Find the line holding "f 43 156 147" in the entries below. Give it again exactly, along with every line after it up to and including the line holding "f 177 102 101".

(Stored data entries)

#####

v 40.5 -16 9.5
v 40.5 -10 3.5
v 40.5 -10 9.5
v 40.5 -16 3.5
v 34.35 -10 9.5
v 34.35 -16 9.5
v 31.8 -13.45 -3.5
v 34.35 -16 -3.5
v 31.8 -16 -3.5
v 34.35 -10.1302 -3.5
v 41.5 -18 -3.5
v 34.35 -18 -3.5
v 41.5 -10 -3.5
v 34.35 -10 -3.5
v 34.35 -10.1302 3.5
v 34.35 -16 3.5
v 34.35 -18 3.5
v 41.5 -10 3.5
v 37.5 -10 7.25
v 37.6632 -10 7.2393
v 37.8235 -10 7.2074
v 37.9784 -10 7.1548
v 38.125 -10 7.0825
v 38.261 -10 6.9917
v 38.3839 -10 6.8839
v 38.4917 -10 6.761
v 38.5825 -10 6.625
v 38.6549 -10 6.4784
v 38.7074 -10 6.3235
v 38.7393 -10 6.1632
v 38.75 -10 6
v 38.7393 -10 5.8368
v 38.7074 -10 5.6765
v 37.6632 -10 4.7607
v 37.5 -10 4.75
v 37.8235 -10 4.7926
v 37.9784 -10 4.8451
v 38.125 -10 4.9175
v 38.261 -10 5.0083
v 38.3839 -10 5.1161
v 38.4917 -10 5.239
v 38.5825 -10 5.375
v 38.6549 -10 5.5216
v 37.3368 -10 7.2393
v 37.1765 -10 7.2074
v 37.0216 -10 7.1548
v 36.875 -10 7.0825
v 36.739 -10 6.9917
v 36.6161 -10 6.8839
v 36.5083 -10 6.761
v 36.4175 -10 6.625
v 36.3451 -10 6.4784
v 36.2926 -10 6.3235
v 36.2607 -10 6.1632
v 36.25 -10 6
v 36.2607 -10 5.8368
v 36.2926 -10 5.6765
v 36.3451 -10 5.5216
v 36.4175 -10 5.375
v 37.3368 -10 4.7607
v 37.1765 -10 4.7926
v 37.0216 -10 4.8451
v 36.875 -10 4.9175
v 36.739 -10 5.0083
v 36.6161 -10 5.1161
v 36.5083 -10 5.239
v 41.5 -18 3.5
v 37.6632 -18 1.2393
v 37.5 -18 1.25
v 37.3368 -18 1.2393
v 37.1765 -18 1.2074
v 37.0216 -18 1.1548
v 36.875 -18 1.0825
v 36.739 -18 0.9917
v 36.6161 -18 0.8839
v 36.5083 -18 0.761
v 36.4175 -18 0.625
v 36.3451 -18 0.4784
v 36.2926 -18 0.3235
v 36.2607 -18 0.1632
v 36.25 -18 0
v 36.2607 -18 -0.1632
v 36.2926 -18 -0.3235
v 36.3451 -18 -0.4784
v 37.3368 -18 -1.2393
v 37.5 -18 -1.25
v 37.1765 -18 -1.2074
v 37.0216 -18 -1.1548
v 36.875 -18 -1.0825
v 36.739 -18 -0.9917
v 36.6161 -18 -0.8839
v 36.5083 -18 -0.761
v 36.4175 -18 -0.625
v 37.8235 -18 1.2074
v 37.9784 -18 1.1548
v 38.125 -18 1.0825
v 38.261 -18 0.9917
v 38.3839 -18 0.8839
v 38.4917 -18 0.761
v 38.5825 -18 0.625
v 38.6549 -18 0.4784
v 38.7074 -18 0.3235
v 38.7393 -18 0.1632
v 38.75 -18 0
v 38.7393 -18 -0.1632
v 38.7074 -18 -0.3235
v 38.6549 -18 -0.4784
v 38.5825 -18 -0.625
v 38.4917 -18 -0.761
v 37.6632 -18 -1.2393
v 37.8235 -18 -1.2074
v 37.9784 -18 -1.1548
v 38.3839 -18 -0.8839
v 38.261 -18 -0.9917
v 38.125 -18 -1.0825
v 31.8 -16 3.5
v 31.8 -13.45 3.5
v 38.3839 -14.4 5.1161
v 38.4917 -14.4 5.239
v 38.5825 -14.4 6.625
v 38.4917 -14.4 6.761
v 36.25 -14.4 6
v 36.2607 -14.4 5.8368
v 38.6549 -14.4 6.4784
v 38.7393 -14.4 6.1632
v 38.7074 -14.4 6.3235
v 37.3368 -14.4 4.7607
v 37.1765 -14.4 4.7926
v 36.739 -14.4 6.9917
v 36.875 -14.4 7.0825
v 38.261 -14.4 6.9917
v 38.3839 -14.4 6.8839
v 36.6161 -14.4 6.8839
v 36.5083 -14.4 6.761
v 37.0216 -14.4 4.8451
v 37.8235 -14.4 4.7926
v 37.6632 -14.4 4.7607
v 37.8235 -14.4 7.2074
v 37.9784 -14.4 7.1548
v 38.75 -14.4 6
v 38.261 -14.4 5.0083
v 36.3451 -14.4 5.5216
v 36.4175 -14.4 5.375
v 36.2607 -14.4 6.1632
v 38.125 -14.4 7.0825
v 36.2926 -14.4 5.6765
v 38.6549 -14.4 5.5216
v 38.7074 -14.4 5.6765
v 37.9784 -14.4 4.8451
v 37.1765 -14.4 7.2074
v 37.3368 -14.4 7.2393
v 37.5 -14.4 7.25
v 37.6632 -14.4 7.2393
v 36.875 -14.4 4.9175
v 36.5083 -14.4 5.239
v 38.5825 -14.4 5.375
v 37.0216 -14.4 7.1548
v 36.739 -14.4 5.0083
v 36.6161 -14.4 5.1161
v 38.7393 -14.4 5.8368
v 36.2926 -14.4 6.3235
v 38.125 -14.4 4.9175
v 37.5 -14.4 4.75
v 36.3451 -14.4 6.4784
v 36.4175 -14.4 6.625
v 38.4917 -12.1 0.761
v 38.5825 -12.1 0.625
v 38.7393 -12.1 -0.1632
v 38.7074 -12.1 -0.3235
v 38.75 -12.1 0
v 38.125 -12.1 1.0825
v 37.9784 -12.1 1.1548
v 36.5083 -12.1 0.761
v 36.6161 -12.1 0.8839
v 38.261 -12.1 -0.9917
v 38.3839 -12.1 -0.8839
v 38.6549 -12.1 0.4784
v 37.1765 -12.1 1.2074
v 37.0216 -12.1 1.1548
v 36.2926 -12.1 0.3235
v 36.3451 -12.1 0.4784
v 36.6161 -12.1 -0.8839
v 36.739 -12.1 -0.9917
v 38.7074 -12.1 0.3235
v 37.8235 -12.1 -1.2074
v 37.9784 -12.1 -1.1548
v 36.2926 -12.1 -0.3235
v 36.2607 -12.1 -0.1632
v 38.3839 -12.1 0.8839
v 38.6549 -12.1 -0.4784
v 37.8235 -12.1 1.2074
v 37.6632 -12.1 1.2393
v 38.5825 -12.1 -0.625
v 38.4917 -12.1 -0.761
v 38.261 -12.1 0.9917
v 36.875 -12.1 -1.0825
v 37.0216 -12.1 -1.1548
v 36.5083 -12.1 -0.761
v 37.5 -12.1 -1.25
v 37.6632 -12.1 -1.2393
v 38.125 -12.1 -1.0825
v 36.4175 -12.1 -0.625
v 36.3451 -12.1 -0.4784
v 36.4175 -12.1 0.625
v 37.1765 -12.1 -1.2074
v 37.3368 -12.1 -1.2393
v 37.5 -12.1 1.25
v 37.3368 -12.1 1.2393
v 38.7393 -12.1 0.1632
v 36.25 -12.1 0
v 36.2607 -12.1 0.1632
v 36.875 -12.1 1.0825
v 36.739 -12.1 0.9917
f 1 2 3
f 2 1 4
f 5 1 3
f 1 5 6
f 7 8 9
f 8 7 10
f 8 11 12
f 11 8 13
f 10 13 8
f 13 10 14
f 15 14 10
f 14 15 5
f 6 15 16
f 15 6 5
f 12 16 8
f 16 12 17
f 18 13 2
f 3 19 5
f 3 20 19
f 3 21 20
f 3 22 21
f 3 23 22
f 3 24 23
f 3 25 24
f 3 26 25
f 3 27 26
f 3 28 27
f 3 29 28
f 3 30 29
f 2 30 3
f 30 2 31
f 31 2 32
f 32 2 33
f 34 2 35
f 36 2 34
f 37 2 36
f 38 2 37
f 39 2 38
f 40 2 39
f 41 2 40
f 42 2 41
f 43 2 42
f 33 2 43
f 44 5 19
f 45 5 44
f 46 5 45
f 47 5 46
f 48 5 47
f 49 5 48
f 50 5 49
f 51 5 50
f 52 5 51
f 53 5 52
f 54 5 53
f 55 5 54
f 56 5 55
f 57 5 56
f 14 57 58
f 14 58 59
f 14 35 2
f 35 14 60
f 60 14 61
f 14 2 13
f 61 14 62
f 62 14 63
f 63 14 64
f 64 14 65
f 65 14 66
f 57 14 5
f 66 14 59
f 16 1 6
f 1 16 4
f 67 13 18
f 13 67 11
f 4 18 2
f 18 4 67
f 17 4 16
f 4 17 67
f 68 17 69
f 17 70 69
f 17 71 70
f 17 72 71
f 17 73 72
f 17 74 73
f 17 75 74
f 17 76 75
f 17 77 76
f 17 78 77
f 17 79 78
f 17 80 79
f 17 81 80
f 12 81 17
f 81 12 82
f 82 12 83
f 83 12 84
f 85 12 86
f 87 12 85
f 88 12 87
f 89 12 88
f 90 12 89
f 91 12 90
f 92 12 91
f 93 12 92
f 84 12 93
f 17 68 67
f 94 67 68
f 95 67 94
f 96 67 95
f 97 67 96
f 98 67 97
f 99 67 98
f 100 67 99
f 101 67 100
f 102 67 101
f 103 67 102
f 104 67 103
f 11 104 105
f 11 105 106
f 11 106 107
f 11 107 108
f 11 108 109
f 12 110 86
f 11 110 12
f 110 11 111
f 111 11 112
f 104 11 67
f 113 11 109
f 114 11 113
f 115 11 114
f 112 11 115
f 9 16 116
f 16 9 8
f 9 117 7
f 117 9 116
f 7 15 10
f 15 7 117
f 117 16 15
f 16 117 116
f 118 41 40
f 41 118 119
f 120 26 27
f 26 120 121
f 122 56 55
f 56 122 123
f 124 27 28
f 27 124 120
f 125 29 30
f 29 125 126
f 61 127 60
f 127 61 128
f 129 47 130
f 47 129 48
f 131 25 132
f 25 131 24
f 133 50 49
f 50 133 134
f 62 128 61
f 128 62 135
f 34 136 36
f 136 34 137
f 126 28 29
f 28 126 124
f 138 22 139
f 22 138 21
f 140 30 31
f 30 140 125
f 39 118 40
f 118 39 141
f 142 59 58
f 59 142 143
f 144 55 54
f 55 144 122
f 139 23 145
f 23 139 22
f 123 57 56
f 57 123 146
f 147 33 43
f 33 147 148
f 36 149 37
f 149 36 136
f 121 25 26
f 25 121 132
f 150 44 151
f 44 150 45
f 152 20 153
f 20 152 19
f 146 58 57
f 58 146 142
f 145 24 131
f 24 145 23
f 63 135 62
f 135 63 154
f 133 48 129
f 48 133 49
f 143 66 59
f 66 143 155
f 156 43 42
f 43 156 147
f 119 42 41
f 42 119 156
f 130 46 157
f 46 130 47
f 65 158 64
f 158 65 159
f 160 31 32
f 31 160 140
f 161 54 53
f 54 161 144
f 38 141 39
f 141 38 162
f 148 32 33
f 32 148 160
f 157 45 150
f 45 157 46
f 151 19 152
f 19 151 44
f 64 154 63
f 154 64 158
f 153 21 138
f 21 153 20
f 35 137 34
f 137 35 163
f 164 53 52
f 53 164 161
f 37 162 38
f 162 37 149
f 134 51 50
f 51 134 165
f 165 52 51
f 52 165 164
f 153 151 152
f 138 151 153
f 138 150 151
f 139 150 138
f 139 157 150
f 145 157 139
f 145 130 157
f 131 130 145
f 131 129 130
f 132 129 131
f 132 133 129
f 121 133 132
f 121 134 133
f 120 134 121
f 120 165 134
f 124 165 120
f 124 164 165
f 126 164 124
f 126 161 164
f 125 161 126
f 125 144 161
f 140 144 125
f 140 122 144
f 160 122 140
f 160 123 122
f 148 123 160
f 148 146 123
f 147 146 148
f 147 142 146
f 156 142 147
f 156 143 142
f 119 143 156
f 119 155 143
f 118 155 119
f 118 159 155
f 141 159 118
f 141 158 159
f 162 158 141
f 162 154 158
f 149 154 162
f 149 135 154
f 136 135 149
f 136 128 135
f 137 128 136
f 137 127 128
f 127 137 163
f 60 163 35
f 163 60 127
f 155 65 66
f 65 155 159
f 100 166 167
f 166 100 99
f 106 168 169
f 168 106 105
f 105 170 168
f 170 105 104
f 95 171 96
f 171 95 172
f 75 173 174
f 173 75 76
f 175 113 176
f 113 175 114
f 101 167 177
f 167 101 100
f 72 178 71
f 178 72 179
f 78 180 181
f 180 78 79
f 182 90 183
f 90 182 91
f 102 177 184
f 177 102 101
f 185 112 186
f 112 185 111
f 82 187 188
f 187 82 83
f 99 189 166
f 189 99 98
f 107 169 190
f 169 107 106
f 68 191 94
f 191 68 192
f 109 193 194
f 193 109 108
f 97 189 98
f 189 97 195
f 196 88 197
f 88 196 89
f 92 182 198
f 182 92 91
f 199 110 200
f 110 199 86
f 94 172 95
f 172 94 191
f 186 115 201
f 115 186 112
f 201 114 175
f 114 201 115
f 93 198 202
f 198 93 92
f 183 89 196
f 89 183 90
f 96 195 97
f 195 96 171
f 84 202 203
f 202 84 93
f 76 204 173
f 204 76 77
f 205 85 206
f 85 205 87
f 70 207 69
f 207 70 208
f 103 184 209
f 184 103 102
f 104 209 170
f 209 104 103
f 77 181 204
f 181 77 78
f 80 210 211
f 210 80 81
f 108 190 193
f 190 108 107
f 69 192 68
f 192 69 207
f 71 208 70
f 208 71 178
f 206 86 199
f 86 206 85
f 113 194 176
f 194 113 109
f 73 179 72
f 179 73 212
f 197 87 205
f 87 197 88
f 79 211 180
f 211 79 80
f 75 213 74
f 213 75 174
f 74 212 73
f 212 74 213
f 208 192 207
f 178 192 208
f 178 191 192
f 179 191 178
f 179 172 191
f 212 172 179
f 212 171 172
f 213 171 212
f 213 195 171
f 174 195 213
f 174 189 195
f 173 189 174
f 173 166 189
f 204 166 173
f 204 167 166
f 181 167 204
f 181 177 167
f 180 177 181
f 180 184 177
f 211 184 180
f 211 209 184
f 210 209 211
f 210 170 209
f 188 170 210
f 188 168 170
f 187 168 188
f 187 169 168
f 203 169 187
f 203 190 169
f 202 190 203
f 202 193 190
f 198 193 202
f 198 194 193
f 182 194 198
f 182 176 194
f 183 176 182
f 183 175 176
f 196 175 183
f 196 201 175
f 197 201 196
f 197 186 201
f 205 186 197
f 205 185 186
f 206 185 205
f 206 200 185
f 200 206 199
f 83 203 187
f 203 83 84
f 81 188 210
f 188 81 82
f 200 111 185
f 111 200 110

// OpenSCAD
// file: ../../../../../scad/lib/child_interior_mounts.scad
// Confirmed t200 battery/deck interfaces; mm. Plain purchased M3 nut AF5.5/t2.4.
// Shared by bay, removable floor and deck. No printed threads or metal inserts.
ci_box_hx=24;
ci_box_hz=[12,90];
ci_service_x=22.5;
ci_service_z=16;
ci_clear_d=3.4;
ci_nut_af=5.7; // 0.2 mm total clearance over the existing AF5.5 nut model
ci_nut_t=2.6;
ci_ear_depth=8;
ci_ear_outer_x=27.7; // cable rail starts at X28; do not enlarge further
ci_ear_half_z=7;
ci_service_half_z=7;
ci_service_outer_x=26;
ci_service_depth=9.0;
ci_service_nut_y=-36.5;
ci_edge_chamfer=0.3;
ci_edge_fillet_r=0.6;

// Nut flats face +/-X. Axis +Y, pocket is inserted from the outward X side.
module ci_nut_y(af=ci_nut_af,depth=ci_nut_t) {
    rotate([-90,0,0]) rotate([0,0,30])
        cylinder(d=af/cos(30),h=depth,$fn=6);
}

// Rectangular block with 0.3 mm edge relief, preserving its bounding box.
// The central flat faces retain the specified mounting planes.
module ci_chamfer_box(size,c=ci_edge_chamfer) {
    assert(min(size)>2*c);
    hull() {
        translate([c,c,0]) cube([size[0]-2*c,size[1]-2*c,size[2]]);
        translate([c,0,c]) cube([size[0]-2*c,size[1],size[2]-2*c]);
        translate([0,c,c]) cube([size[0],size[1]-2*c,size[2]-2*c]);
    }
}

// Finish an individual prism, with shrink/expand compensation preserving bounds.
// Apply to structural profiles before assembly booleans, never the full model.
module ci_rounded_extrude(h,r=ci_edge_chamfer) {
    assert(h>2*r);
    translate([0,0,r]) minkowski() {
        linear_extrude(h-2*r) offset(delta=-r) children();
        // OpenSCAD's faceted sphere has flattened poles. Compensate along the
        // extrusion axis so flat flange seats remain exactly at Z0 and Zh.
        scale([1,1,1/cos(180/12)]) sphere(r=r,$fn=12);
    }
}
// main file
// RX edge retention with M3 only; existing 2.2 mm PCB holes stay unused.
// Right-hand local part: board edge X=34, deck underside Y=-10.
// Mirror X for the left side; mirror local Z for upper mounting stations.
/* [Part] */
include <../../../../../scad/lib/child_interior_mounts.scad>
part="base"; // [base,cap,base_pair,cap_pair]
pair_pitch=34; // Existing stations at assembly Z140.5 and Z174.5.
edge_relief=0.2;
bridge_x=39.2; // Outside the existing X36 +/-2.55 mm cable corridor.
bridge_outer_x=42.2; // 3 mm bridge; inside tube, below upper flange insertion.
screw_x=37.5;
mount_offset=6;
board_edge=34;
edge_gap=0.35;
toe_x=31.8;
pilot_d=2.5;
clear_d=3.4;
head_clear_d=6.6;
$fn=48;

#####

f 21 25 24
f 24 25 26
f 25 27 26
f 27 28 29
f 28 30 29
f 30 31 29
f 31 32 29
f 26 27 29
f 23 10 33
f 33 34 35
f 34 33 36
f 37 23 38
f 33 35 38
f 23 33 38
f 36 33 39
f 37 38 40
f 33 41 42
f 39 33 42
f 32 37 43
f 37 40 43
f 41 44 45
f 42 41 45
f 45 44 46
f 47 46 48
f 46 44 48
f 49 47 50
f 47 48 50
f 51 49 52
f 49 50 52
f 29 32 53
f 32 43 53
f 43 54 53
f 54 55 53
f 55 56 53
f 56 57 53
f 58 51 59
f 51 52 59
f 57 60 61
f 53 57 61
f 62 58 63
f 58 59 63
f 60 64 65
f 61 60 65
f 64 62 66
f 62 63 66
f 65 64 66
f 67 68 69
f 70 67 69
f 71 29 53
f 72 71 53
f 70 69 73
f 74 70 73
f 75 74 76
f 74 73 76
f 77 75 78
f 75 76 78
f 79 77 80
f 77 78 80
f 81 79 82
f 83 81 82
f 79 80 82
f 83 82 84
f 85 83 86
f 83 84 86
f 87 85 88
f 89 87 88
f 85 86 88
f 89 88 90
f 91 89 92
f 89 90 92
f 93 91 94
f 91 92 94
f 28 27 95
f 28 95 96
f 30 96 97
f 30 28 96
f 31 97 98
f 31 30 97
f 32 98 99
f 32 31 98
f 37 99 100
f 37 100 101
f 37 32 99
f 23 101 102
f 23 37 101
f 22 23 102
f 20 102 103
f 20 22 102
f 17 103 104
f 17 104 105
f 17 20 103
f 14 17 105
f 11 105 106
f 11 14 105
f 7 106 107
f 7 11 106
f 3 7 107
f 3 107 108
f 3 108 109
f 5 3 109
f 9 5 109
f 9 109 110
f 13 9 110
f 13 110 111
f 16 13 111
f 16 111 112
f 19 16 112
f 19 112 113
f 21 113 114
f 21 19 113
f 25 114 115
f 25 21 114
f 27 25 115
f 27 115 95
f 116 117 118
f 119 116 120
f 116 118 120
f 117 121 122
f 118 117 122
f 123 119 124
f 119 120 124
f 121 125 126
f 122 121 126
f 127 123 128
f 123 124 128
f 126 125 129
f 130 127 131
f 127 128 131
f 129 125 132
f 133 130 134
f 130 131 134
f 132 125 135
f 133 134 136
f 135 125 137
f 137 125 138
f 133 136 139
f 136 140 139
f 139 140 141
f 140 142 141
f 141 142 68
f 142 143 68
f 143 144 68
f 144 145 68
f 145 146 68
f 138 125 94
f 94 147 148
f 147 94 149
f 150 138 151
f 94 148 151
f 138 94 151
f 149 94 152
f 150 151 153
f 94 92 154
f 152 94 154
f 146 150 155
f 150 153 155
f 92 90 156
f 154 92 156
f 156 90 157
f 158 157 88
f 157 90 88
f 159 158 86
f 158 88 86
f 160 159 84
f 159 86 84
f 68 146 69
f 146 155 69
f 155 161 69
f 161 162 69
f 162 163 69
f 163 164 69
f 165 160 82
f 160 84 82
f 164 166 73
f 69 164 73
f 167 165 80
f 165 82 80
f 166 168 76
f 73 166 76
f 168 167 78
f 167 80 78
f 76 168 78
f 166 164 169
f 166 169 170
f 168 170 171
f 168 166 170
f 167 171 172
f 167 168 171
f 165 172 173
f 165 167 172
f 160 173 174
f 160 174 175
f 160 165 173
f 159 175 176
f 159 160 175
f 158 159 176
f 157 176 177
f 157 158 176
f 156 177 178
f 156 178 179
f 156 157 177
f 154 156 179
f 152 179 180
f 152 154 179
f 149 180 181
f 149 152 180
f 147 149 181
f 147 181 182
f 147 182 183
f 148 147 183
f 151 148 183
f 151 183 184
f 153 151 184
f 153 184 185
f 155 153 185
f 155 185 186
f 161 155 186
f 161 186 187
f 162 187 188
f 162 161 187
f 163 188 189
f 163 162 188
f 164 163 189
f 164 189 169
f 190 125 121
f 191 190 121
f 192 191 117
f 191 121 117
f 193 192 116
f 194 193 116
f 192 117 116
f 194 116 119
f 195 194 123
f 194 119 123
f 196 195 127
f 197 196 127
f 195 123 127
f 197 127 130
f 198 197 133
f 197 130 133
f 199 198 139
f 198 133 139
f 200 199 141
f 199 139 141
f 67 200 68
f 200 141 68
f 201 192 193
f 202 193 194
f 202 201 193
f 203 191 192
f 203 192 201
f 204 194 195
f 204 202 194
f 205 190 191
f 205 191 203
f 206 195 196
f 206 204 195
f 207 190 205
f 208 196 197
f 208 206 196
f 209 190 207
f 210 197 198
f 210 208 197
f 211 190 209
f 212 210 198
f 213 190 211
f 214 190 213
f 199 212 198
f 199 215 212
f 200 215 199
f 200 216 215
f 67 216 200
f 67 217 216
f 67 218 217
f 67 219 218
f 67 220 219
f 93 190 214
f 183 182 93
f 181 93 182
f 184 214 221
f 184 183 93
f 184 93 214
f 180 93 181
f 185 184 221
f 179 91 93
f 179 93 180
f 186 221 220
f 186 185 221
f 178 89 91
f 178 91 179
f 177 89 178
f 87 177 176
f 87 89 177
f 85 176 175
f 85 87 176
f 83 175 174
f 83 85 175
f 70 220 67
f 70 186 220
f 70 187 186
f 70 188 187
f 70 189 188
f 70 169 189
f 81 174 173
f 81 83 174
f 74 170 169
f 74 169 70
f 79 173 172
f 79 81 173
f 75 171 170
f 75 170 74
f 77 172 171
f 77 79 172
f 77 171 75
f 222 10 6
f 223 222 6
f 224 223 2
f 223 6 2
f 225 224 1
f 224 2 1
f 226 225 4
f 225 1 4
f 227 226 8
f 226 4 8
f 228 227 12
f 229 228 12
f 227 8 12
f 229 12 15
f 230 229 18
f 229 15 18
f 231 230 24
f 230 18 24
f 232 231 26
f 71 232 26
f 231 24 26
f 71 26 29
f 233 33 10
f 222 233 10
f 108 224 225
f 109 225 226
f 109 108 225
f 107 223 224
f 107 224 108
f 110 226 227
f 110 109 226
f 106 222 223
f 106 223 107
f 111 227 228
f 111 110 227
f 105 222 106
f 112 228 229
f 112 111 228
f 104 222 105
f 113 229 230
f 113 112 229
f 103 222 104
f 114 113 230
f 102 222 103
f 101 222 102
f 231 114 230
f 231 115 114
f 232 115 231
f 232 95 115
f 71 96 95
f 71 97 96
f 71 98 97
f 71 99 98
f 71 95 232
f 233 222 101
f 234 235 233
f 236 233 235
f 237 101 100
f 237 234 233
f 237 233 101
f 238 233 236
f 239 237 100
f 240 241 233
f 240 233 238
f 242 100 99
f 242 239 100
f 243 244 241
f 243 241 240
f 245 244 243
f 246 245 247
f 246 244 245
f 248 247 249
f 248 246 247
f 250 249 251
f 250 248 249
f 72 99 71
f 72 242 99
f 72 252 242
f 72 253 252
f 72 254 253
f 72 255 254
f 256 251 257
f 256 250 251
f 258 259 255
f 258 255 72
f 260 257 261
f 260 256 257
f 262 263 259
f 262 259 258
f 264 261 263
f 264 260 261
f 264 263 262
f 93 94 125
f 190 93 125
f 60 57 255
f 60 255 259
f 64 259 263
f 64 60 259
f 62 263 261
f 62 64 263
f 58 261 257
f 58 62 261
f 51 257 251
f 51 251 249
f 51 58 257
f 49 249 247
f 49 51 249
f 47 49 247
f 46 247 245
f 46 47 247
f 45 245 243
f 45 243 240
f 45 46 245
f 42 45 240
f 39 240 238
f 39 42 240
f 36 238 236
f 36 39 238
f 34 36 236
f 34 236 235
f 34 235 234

#####

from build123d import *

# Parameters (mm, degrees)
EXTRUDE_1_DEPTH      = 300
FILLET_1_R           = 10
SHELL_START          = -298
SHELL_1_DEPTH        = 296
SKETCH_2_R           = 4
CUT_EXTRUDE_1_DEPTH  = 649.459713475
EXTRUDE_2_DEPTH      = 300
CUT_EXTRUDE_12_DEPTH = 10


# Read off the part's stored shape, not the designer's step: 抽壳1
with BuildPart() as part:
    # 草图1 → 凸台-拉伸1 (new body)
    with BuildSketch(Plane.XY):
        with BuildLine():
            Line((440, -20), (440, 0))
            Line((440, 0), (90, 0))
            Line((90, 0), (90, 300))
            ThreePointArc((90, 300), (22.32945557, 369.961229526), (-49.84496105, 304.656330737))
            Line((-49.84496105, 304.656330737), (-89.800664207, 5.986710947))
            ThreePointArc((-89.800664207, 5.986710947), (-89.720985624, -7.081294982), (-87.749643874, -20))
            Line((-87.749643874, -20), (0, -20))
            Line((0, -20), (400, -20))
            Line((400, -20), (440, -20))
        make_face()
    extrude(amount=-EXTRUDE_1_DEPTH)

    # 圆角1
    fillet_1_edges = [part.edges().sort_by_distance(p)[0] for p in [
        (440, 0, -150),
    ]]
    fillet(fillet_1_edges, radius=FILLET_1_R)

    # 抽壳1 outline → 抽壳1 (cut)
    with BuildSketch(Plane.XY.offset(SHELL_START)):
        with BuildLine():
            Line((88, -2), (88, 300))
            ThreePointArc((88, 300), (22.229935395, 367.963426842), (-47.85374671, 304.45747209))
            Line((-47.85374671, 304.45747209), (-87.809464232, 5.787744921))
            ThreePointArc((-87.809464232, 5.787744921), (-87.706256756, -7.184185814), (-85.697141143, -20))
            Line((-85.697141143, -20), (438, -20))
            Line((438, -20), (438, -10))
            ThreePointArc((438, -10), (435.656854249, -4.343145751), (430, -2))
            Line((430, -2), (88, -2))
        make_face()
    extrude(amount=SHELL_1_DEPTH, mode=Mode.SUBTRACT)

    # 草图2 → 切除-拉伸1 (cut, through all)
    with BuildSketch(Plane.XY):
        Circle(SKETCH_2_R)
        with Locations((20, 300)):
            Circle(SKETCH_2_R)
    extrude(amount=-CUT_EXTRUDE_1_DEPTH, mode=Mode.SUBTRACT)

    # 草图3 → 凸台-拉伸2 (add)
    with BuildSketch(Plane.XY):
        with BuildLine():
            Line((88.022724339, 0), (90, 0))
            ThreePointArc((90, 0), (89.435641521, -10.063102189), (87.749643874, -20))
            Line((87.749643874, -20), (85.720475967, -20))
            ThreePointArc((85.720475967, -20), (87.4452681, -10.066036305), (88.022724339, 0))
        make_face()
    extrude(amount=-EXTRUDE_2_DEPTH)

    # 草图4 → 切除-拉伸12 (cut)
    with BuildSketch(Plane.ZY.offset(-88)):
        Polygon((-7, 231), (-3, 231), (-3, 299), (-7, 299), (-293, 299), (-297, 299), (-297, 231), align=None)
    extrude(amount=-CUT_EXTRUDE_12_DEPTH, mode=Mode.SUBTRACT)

#####

### Result for this exercise
f 43 156 147
f 119 42 41
f 42 119 156
f 130 46 157
f 46 130 47
f 65 158 64
f 158 65 159
f 160 31 32
f 31 160 140
f 161 54 53
f 54 161 144
f 38 141 39
f 141 38 162
f 148 32 33
f 32 148 160
f 157 45 150
f 45 157 46
f 151 19 152
f 19 151 44
f 64 154 63
f 154 64 158
f 153 21 138
f 21 153 20
f 35 137 34
f 137 35 163
f 164 53 52
f 53 164 161
f 37 162 38
f 162 37 149
f 134 51 50
f 51 134 165
f 165 52 51
f 52 165 164
f 153 151 152
f 138 151 153
f 138 150 151
f 139 150 138
f 139 157 150
f 145 157 139
f 145 130 157
f 131 130 145
f 131 129 130
f 132 129 131
f 132 133 129
f 121 133 132
f 121 134 133
f 120 134 121
f 120 165 134
f 124 165 120
f 124 164 165
f 126 164 124
f 126 161 164
f 125 161 126
f 125 144 161
f 140 144 125
f 140 122 144
f 160 122 140
f 160 123 122
f 148 123 160
f 148 146 123
f 147 146 148
f 147 142 146
f 156 142 147
f 156 143 142
f 119 143 156
f 119 155 143
f 118 155 119
f 118 159 155
f 141 159 118
f 141 158 159
f 162 158 141
f 162 154 158
f 149 154 162
f 149 135 154
f 136 135 149
f 136 128 135
f 137 128 136
f 137 127 128
f 127 137 163
f 60 163 35
f 163 60 127
f 155 65 66
f 65 155 159
f 100 166 167
f 166 100 99
f 106 168 169
f 168 106 105
f 105 170 168
f 170 105 104
f 95 171 96
f 171 95 172
f 75 173 174
f 173 75 76
f 175 113 176
f 113 175 114
f 101 167 177
f 167 101 100
f 72 178 71
f 178 72 179
f 78 180 181
f 180 78 79
f 182 90 183
f 90 182 91
f 102 177 184
f 177 102 101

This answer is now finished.